Number of tracked steps.

tracked_tables

List of TableOne objects of each logging step.

Methods table

plot_cohort_barplot([subfigure_title, ...])

Plot the cohort change over the tracked steps.

plot_flowchart([title, arrow_size, show, ...])

Flowchart over the tracked steps.

Attributes

tracked_steps

CohortTracker.tracked_steps

Number of tracked steps.

tracked_tables

CohortTracker.tracked_tables

List of TableOne objects of each logging step.

Methods

plot_cohort_barplot

CohortTracker.plot_cohort_barplot(subfigure_title=False, color_palette='colorblind', yticks_labels=None, legend_labels=None, legend_subtitles=False, legend_subtitles_names=None, show=True, ax=None, fontsize=10, subplots_kwargs=None, legend_kwargs=None)[source]

Plot the cohort change over the tracked steps.

Create stacked bar plots to monitor cohort changes over the steps tracked with CohortTracker.

Parameters:
  • subfigure_title (bool) – If True, each subplot will have a title with the label provided during tracking.

  • color_palette (str) – The color palette to use for the plot. Default is “colorblind”.

  • yticks_labels (dict) – Dictionary to rename the axis labels. If None, the original labels will be used. The keys should be the column names.

  • legend_labels (dict) – Dictionary to rename the legend labels. If None, the original labels will be used. For categoricals, the keys should be the categories. For numericals, the key should be the column name.

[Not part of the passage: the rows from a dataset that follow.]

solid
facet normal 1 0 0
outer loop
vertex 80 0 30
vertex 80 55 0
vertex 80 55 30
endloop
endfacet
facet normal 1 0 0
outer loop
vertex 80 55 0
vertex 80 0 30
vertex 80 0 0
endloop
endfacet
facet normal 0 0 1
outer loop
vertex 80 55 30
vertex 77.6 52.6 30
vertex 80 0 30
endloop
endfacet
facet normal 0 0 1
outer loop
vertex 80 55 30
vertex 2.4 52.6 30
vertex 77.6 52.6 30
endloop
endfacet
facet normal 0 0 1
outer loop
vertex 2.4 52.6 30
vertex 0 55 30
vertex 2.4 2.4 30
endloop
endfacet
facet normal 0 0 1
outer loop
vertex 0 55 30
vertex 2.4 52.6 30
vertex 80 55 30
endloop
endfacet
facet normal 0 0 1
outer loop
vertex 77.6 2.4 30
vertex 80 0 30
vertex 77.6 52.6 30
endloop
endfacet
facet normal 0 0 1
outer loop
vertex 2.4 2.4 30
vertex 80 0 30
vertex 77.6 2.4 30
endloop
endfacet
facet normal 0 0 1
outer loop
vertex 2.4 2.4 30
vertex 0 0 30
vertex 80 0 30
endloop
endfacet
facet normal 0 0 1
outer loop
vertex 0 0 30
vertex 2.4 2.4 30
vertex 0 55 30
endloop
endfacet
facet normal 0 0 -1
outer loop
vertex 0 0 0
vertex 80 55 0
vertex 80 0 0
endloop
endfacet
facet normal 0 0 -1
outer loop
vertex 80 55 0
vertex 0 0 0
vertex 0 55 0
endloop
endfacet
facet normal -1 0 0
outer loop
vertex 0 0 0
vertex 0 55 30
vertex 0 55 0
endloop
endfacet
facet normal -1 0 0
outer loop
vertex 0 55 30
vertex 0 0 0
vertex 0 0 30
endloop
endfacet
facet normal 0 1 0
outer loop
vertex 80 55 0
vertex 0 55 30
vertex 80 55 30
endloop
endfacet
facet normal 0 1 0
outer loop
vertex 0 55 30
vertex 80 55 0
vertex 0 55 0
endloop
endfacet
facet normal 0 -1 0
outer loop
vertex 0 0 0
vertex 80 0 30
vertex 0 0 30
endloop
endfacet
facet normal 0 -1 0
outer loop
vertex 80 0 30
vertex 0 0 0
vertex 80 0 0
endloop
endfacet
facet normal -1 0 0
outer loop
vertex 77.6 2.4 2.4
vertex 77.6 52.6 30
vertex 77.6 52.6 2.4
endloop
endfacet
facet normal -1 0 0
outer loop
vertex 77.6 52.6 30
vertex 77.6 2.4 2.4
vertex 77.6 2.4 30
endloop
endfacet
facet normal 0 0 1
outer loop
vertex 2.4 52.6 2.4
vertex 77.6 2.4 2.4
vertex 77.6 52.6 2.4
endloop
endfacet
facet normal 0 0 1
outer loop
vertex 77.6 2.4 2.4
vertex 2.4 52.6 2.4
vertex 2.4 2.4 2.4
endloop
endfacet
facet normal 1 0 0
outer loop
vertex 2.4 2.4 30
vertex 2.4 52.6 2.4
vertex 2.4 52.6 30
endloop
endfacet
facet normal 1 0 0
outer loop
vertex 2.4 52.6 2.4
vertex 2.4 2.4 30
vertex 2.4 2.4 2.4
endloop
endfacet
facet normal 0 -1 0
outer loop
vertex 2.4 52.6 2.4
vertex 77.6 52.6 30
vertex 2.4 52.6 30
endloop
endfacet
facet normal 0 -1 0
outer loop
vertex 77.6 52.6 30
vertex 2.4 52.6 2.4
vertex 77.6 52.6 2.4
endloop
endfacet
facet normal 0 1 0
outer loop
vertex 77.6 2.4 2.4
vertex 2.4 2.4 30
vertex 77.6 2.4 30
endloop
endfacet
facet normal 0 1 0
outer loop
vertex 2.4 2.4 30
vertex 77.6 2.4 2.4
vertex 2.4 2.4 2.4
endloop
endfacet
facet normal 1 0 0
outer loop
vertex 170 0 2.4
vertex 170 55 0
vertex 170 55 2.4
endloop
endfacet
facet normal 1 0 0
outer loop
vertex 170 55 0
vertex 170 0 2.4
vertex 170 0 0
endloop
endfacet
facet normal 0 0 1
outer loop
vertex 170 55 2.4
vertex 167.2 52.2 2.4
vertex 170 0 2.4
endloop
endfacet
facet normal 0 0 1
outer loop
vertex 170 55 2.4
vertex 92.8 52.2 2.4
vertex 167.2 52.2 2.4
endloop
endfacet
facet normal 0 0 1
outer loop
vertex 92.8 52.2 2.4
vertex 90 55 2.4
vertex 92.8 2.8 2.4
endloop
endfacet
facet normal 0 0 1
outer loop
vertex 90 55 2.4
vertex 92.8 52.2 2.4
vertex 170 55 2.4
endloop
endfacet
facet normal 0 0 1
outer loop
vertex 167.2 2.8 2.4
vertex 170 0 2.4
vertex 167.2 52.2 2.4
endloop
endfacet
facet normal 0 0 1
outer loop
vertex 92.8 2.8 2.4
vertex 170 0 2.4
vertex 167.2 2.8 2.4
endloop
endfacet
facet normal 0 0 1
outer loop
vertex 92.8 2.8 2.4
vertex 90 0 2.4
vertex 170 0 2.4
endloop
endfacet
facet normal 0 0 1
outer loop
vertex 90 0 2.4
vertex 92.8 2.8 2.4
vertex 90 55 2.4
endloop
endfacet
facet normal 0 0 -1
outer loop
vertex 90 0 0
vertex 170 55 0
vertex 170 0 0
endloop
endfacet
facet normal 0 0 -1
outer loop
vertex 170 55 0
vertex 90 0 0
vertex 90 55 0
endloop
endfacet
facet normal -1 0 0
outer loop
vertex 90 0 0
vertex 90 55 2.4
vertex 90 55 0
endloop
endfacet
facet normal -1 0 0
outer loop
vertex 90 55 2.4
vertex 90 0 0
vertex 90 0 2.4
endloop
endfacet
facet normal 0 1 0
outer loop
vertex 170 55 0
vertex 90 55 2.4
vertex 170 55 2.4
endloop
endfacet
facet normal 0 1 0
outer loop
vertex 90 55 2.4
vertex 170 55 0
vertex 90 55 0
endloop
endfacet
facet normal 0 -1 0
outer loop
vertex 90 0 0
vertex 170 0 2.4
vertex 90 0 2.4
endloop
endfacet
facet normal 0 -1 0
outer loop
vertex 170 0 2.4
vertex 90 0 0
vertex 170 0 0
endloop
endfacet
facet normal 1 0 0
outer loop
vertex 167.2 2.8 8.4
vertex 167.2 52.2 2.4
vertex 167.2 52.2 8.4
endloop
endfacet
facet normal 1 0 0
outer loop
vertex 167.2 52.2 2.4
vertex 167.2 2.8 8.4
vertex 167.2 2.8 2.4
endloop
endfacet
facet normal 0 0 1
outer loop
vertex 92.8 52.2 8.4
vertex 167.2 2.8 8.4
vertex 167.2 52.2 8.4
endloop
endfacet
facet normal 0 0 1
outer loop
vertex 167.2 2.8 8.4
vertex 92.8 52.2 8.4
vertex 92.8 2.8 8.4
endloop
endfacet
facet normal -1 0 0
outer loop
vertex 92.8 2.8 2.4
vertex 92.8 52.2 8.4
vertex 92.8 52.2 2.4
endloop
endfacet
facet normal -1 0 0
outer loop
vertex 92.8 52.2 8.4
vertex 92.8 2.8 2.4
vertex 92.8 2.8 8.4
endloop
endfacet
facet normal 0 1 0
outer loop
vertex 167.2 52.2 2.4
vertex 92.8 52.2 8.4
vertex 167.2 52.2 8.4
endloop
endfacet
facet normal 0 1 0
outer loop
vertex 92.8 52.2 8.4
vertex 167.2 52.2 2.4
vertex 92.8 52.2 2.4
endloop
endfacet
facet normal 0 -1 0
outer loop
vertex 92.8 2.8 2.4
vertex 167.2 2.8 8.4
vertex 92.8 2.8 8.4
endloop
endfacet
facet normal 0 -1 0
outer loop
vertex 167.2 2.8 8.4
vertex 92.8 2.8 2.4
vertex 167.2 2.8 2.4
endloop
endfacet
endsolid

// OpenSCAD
// project-box.scad — a two-part project box with a lid.
// Every dimension is a variable, and the ones marked with
// the Customizer comments below can be changed from the
// OpenSCAD Customizer panel — or from the command line
// with -D, which chapter 8 does for real.

/* [Box dimensions] */
// Outside width of the box (x)
width = 80;          // [40:200]
// Outside depth of the box (y)
depth = 55;          // [30:150]
// Outside height of the box, without the lid (z)
height = 30;         // [15:100]
// Wall thickness everywhere
wall = 2.4;          // [1.2:0.4:5]
// How tall the lid's lip... rim is
lid_height = 6;      // [3:15]

/* [Hidden] */
$fn = 48;

// The shell: a solid block minus a smaller block that
// starts one wall up from the floor and pokes out of the
// top, leaving walls and a floor of thickness `wall`.
module shell(w, d, h, t) {
    difference() {
        cube([w, d, h]);
        translate([t, t, t])
            cube([w - 2 * t, d - 2 * t, h]);
    }
}

// The box itself.
shell(width, depth, height, wall);

// The lid, printed separately: a flat slab the size of
// the box, with a rim that drops INTO the shell's mouth.
// The rim is one clearance smaller than the inside, so
// the lid fits instead of wedging.
//
// Echoed so a command-line run reports the fit numbers
// (chapter 5 introduces echo).
inside_w = width - 2 * wall;
inside_d = depth - 2 * wall;
clearance = 0.4;
echo(str("inside opening: ", inside_w, " x ", inside_d));
echo(str("rim size: ", inside_w - 2 * clearance,
         " x ", inside_d - 2 * clearance));

translate([width + 10, 0, 0]) {
    cube([width, depth, 2.4]);
    translate([wall + clearance, wall + clearance, 2.4])
        cube([inside_w - 2 * clearance,
              inside_d - 2 * clearance,
              lid_height]);
}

  • legend_subtitles (bool) – If True, subtitles will be added to the legend. Default is False.

  • legend_subtitles_names (dict) – Dictionary to rename the legend subtitles. If None, the original labels will be used. The keys should be the column names.

  • show (bool) – If True, the plot will be shown. If False, plotting handels are returned.

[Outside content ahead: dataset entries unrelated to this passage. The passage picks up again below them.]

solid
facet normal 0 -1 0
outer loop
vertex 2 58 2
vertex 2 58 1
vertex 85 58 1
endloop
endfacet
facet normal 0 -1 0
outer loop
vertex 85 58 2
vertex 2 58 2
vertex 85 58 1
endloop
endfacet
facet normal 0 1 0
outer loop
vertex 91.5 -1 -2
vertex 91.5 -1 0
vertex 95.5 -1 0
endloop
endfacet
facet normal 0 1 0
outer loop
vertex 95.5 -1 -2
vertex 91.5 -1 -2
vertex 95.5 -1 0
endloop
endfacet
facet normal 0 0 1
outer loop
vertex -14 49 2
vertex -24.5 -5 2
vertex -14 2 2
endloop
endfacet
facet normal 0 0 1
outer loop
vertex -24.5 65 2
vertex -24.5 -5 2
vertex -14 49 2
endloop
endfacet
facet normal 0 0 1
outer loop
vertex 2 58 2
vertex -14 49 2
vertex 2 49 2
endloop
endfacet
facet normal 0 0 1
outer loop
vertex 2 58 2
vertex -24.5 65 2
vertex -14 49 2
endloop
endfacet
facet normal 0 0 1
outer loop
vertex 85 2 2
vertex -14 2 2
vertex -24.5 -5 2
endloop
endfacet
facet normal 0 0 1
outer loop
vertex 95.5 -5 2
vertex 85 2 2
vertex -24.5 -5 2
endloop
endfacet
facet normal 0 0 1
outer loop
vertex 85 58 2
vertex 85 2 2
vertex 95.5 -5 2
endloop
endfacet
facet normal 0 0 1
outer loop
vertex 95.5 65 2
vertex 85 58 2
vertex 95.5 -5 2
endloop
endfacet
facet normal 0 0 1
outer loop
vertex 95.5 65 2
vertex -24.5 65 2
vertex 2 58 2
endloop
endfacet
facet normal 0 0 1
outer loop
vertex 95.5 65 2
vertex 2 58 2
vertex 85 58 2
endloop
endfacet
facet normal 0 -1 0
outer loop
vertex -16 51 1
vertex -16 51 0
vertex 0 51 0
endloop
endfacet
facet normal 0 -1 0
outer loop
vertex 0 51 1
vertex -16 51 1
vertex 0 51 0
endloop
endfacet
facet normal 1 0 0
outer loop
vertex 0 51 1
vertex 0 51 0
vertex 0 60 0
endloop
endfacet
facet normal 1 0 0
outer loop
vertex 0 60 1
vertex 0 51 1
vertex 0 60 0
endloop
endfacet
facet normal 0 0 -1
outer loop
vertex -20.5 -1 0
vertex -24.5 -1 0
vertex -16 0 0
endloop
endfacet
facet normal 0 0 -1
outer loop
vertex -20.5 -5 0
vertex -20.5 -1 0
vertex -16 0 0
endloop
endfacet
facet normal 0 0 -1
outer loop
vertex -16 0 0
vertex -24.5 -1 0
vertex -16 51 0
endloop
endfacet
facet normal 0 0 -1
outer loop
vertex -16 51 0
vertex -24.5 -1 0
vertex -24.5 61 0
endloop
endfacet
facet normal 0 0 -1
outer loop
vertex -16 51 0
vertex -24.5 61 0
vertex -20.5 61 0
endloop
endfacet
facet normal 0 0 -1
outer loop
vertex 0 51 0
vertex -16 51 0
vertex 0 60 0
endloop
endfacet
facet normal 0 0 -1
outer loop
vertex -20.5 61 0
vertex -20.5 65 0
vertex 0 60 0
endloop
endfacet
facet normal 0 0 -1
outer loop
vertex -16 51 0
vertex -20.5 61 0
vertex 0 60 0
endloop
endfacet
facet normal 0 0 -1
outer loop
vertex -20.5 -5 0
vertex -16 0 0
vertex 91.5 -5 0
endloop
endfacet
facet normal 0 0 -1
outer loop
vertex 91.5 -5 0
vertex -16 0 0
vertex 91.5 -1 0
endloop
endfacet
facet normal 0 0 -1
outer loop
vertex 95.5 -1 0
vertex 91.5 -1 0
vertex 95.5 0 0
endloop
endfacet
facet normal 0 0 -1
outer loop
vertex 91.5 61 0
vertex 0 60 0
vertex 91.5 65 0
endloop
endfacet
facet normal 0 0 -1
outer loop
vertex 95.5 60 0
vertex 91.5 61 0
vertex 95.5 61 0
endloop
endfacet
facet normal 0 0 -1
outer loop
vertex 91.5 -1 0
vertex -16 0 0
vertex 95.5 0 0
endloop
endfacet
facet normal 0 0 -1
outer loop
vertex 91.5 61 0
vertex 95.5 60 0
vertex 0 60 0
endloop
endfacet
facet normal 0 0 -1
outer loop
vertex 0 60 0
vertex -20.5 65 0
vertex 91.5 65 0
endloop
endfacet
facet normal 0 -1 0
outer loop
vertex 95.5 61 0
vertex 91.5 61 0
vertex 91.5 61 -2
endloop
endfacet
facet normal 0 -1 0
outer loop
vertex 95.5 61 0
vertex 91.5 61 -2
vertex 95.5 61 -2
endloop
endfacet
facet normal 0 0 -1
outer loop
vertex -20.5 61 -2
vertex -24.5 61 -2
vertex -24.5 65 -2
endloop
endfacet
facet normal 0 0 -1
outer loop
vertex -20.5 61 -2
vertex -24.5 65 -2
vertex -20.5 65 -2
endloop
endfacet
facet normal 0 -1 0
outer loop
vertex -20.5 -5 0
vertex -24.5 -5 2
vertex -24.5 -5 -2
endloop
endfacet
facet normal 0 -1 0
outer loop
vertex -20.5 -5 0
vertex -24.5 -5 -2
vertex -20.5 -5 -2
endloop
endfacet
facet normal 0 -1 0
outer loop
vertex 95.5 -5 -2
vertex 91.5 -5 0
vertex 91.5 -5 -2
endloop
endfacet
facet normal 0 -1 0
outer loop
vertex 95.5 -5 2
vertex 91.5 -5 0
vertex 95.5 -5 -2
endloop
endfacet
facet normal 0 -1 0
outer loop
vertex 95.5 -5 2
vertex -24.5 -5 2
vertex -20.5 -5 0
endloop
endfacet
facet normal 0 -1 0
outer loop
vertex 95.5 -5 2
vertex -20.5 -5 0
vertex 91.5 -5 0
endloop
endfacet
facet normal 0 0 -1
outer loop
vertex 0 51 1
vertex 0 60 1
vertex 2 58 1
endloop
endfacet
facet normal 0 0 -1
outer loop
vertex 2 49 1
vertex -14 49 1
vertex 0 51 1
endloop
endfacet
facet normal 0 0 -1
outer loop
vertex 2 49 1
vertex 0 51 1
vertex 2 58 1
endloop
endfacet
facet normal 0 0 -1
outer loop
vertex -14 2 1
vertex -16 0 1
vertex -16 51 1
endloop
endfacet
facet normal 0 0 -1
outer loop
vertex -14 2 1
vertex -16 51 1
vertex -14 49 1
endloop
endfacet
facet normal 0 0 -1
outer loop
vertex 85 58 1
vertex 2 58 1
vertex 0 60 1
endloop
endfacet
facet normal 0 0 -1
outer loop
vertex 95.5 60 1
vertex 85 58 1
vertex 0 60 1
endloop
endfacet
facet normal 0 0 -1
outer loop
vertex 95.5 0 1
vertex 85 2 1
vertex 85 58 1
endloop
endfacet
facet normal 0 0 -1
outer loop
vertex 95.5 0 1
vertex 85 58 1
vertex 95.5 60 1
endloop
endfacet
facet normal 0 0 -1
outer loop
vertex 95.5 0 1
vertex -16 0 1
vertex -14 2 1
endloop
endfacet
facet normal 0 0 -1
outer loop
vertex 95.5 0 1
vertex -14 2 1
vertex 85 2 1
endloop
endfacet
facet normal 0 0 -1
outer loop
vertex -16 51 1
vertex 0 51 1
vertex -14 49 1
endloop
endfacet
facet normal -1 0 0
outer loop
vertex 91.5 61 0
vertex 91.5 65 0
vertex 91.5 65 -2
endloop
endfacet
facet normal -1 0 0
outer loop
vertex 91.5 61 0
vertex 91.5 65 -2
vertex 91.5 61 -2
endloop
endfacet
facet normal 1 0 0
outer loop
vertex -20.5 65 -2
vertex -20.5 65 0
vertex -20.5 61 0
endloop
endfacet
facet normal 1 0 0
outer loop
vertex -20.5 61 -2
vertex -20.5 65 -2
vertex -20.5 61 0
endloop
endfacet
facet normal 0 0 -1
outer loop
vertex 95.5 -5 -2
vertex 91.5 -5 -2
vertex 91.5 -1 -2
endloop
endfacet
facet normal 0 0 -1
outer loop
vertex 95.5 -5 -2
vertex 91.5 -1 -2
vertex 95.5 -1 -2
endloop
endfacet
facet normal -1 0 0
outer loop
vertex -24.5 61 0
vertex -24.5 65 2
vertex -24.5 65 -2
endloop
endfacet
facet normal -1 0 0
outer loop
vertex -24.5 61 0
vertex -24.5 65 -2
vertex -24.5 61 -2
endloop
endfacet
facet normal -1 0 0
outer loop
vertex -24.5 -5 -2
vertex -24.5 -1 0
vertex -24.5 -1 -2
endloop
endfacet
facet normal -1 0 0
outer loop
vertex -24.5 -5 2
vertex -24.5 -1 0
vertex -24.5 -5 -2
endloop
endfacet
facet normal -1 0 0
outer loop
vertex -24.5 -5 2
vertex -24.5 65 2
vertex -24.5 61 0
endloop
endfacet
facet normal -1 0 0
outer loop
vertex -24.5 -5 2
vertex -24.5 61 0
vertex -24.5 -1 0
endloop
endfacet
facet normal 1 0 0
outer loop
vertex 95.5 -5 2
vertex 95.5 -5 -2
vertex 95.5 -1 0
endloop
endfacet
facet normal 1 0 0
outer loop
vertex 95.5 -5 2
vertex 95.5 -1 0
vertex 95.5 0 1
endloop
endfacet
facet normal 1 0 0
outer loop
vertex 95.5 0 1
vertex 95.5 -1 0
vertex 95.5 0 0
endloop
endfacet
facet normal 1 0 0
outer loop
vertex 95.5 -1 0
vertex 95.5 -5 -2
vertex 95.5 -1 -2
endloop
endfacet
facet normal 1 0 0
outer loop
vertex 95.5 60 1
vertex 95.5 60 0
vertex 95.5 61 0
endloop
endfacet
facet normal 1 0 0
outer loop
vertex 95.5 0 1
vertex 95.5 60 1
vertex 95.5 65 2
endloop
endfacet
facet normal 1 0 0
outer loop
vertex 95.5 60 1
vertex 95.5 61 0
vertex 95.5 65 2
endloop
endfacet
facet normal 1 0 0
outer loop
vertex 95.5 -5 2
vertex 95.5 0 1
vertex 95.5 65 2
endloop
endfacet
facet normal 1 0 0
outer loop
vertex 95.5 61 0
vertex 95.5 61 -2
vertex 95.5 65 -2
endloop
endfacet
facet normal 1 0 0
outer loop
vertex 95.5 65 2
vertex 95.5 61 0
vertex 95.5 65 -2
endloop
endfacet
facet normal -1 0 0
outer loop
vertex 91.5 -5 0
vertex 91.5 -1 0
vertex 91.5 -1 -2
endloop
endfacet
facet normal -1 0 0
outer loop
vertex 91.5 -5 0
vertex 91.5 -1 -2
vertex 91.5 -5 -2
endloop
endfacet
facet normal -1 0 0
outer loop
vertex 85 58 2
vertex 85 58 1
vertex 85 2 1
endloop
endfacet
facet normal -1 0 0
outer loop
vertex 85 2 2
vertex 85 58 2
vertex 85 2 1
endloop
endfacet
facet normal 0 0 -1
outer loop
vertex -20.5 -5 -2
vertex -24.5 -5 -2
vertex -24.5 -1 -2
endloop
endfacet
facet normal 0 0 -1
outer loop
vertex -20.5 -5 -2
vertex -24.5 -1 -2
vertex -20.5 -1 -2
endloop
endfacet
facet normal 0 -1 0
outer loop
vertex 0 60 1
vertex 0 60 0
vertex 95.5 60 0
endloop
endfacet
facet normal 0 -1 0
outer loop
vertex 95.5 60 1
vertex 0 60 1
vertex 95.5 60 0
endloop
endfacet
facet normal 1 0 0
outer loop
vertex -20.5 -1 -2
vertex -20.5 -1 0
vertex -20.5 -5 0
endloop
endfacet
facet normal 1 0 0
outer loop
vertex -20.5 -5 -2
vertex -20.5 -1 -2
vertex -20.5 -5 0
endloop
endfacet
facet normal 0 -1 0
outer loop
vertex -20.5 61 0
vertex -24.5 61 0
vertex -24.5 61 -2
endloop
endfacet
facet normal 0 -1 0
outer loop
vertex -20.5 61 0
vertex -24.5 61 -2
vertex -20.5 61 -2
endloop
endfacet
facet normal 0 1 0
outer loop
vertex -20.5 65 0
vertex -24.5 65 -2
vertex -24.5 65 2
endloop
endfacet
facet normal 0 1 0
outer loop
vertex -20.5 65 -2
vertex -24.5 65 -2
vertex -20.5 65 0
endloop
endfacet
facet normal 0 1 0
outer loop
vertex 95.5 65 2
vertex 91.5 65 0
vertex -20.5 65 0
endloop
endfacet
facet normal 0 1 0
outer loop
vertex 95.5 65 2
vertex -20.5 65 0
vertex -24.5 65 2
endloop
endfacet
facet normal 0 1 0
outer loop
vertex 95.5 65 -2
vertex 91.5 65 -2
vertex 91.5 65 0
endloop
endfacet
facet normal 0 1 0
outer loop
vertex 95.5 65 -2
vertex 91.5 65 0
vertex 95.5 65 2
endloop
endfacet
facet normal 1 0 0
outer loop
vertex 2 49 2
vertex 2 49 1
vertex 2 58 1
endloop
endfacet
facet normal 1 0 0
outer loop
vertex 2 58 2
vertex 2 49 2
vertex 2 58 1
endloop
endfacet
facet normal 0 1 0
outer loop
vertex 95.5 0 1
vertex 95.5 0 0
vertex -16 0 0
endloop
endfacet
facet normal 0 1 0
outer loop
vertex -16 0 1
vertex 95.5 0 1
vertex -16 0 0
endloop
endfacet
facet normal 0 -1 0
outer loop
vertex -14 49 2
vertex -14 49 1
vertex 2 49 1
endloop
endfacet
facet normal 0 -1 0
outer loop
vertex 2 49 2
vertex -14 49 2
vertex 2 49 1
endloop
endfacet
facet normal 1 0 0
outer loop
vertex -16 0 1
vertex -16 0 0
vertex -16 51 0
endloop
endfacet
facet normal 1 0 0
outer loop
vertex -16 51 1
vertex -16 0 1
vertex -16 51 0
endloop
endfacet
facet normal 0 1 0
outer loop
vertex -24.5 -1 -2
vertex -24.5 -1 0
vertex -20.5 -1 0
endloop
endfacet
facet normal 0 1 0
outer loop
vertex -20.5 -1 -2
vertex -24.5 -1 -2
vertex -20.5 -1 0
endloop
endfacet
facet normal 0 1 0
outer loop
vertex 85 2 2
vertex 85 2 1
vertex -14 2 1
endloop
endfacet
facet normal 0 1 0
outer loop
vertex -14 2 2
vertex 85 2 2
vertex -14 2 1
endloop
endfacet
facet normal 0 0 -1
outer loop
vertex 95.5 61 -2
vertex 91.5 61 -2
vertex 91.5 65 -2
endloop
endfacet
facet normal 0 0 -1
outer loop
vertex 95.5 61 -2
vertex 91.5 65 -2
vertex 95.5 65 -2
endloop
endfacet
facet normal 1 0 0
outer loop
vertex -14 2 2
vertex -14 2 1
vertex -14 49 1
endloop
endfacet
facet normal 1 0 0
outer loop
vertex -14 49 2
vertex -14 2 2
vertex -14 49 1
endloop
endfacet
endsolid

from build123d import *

# Parameters (mm, degrees)
F0_W     = 120
F0_H     = 70
F1_DEPTH = 2
F3_DEPTH = 1
F4_W     = 4
F4_H     = 4
F5_DEPTH = 2


with BuildPart() as f1:
    # F0 (on Top) → F1 (new body)
    with BuildSketch(Plane.XY):
        with Locations((35.5, 30)):
            Rectangle(F0_W, F0_H)
        Polygon((2, 49), (2, 58), (85, 58), (85, 2), (-14, 2), (-14, 49), align=None, mode=Mode.SUBTRACT)
    extrude(amount=F1_DEPTH)

    # F2 (on face) → F3 (cut)
    with BuildSketch(Plane(origin=(0, 0, 0), x_dir=(1, 0, 0), z_dir=(0, 0, -1))):
        Polygon((95.5, 0), (-16, 0), (-16, -51), (0, -51), (0, -60), (95.5, -60), align=None)
    extrude(amount=-F3_DEPTH, mode=Mode.SUBTRACT)

    # F4 (on face) → F5 (join)
    with BuildSketch(Plane(origin=(0, 0, 0), x_dir=(1, 0, 0), z_dir=(0, 0, -1))):
        with Locations((-22.5, 3)):
            Rectangle(F4_W, F4_H)
        with Locations((-22.5, -63)):
            Rectangle(F4_W, F4_H)
        with Locations((93.5, 3)):
            Rectangle(F4_W, F4_H)
        with Locations((93.5, -63)):
            Rectangle(F4_W, F4_H)
    extrude(amount=F5_DEPTH)


solid = f1.part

  • ax (Axes | Sequence[Axes]) – If None, a new figure and axes will be created. If an axes object is provided, the plot will be added to it.

  • fontsize (int) – Fontsize for the text in the plot. Default is 10.

  • subplots_kwargs (dict) – Additional keyword arguments for the subplots.

  • legend_kwargs (dict) – Additional keyword arguments for the legend.

Return type:

None | list[Axes] | tuple[Figure, list[Axes]]

Returns:

If show=True, returns None. Else, if no ax is passed, returns a tuple (Figure, Axes), else a Axes).

Examples

>>> import ehrapy as ep
>>> adata = ep.dt.diabetes_130_fairlearn(columns_obs_only=["gender", "race", "num_procedures"])
>>> cohort_tracker = ep.tl.CohortTracker(adata, categorical=["gender", "race"])
>>> cohort_tracker(adata, "Initial Cohort")
>>> adata = adata[:1000]
>>> cohort_tracker(adata, "Filtered Cohort")
>>> cohort_tracker.plot_cohort_barplot(
...     subfigure_title=True,
...     color_palette="tab20",
...     yticks_labels={
...         "race": "Race [%]",
...         "gender": "Gender [%]",
...         "num_procedures": "#Procedures [mean (stdev)]",
...     },
...     legend_labels={
...         "Unknown/Invalid": "Unknown",
...         "num_procedures": "#Procedures",
...     },
...     legend_kwargs={"bbox_to_anchor": (1, 1.4)},
... )
../../_images/cohort_tracking.png

plot_flowchart

CohortTracker.plot_flowchart(title=None, arrow_size=0.7, show=True, ax=None, bbox_kwargs=None, arrowprops_kwargs=None)[source]

Flowchart over the tracked steps.

Create a simple flowchart of data preparation steps tracked with CohortTracker.

Parameters:
  • arrow_size (float) – The size of the arrows in the plot. Default is 0.7.

  • show (bool) – If True, the plot will be displayed. If False, plotting handels are returned.

  • ax (Axes) – If None, a new figure and axes will be created. If an axes object is provided, the plot will be added to it.

  • bbox_kwargs (dict) – Additional keyword arguments for the node boxes.

  • arrowprops_kwargs (dict) – Additional keyword arguments for the arrows.

Return type:

None | list[Axes] | tuple[Figure, list[Axes]]

Returns:

If show=True, returns None. Else, if no ax is passed, returns a tuple (Figure, Axes), else a Axes).

Examples

>>> import ehrapy as ep
>>> adata = ep.dt.diabetes_130_fairlearn(columns_obs_only="gender", "race")
>>> cohort_tracker = ep.tl.CohortTracker(adata)
>>> cohort_tracker(adata, label="Initial Cohort")
>>> adata = adata[:1000]
>>> cohort_tracker(adata, label="Reduced Cohort", operations_done="filtered to first 1000 entries")
>>> adata = adata[:500]
>>> cohort_tracker(
...     adata,
...     label="Further reduced Cohort",
...     operations_done="filtered to first 500 entries",
... )
>>> cohort_tracker.plot_flowchart(title="Flowchart of Data Processing", show=True)
../../_images/flowchart.png